## Assignment
The lines below that include the word "SUBTRACT" are to be reported.

(Stored data entries)
────────────────────
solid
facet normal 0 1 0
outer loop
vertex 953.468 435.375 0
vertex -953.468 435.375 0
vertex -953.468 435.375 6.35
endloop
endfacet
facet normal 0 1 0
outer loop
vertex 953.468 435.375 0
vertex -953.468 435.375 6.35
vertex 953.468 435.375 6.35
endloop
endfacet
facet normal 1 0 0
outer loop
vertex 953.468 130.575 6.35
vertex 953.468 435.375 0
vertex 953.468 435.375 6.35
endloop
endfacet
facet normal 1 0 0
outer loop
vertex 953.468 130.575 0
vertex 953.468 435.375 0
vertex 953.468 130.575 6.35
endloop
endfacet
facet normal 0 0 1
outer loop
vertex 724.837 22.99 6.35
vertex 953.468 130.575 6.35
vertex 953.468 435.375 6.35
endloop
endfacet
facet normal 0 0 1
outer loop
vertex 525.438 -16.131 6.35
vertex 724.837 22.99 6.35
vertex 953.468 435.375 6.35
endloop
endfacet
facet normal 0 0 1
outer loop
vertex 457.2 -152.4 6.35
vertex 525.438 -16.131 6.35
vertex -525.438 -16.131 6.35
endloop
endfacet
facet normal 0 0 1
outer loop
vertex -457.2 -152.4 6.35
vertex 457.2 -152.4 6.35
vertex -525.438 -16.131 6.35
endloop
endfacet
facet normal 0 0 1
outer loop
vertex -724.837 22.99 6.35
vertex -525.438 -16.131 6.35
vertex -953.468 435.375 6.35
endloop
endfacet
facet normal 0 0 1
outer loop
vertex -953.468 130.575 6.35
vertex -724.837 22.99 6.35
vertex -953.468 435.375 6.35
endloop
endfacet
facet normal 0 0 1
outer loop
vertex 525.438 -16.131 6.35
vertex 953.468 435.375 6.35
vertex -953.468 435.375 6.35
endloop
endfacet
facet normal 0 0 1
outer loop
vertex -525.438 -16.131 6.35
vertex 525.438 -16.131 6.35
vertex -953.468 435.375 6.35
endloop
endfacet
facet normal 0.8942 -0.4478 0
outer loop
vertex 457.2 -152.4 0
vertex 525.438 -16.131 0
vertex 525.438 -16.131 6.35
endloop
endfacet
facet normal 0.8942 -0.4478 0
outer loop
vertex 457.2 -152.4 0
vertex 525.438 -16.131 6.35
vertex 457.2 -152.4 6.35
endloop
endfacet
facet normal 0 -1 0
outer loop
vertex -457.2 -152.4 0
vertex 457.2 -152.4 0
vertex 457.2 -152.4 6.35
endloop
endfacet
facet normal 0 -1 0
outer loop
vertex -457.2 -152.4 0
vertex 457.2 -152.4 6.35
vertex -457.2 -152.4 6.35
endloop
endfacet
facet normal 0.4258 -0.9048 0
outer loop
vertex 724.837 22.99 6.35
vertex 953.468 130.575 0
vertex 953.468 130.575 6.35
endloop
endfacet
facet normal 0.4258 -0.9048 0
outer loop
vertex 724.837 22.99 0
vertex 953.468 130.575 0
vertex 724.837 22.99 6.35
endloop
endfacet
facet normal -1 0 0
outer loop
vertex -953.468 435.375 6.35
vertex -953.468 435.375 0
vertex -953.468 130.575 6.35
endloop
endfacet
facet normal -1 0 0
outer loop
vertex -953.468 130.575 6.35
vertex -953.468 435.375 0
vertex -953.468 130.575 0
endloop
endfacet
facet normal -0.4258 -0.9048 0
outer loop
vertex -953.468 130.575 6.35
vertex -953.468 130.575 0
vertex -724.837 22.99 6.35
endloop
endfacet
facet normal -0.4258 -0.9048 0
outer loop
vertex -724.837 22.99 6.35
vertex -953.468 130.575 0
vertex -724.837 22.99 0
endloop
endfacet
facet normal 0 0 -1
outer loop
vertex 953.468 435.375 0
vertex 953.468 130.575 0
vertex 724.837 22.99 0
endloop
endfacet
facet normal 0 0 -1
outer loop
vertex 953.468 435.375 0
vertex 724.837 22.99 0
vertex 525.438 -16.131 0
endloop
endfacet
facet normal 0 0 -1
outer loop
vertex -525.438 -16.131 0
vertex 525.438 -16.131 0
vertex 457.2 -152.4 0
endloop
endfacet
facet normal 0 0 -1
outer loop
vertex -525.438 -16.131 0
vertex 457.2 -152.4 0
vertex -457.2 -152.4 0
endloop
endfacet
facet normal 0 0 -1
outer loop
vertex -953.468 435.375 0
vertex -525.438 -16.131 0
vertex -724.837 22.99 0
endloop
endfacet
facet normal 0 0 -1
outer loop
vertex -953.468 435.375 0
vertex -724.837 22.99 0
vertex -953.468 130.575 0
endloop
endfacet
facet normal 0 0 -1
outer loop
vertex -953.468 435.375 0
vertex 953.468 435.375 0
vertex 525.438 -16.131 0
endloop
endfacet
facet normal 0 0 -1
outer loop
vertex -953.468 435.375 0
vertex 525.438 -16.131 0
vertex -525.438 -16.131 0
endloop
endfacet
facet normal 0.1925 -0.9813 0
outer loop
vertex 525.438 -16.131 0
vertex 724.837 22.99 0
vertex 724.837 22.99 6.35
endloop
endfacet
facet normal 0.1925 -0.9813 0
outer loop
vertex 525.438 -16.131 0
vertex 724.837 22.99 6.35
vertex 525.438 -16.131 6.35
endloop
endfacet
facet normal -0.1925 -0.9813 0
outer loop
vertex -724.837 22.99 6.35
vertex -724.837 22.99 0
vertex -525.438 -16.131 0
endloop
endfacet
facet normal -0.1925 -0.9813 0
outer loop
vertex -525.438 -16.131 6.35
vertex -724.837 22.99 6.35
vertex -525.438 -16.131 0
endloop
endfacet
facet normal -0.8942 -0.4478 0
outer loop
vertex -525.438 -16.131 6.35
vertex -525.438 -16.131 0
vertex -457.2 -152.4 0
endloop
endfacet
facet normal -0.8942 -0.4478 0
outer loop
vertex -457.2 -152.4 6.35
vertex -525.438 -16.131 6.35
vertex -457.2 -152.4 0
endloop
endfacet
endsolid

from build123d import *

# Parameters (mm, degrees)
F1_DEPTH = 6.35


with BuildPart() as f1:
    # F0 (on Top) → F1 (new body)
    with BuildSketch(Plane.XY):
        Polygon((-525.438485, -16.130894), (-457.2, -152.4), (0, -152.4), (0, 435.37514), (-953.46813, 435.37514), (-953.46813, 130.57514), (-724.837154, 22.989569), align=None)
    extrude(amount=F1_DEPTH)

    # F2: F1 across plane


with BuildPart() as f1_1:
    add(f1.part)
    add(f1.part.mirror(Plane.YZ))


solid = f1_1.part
────────────────────
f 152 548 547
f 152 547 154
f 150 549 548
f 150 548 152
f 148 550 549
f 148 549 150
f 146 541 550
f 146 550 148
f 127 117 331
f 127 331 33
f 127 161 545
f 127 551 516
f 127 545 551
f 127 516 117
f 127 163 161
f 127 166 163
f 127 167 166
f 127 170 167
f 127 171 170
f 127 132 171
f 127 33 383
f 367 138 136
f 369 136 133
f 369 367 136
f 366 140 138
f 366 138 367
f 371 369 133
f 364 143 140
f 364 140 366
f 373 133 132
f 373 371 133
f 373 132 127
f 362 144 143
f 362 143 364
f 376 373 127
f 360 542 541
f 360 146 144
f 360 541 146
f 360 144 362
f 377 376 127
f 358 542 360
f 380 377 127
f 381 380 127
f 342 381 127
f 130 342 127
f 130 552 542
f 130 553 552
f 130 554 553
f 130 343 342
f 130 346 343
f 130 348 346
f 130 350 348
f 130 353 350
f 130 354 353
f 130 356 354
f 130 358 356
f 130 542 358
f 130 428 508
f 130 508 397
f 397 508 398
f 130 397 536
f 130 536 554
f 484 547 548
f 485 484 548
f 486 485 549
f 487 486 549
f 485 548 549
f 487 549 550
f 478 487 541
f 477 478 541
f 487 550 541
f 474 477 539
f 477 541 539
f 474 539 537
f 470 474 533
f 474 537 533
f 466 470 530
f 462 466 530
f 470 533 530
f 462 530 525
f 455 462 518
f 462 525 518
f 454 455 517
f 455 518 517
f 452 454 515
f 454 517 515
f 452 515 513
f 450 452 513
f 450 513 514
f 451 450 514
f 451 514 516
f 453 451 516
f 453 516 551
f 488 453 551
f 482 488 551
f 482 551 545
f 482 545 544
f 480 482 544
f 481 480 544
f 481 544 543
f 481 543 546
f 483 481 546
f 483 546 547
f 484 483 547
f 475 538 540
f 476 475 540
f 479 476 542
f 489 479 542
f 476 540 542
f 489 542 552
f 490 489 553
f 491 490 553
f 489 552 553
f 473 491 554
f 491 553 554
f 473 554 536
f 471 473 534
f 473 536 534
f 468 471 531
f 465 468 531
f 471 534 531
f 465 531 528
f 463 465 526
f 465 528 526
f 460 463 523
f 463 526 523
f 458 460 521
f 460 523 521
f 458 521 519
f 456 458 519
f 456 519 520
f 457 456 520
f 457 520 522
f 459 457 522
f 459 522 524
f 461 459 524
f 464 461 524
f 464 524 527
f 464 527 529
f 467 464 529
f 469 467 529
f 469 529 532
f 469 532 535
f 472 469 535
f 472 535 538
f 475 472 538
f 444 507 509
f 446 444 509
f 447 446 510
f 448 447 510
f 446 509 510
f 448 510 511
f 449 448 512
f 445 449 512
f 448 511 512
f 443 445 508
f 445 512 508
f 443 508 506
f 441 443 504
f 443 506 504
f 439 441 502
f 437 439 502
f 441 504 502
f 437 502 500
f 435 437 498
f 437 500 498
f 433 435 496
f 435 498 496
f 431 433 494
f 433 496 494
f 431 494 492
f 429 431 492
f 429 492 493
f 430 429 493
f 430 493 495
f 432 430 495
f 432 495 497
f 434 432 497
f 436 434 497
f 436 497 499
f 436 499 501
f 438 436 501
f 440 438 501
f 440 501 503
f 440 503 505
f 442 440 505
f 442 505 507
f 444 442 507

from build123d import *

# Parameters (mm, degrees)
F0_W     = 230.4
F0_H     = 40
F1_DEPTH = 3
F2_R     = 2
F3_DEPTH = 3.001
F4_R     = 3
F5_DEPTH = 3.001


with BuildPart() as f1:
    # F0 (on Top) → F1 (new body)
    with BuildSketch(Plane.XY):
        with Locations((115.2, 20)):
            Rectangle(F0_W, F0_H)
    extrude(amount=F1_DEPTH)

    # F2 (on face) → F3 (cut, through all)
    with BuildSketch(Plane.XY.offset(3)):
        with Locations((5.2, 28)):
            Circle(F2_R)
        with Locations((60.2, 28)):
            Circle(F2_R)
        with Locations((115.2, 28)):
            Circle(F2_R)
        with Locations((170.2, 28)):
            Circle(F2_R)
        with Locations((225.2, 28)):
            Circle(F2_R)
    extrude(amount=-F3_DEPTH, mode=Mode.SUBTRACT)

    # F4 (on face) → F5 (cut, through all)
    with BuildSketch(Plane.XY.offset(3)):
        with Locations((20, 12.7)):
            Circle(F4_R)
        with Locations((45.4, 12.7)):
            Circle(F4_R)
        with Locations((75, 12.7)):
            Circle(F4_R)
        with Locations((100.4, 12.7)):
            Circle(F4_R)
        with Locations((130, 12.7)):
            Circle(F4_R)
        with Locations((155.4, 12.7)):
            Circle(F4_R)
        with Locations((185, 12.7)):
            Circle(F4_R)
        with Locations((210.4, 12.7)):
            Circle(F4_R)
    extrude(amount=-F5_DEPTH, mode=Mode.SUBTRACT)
────────────────────
## Result of the exercise
    extrude(amount=-F3_DEPTH, mode=Mode.SUBTRACT)
    extrude(amount=-F5_DEPTH, mode=Mode.SUBTRACT)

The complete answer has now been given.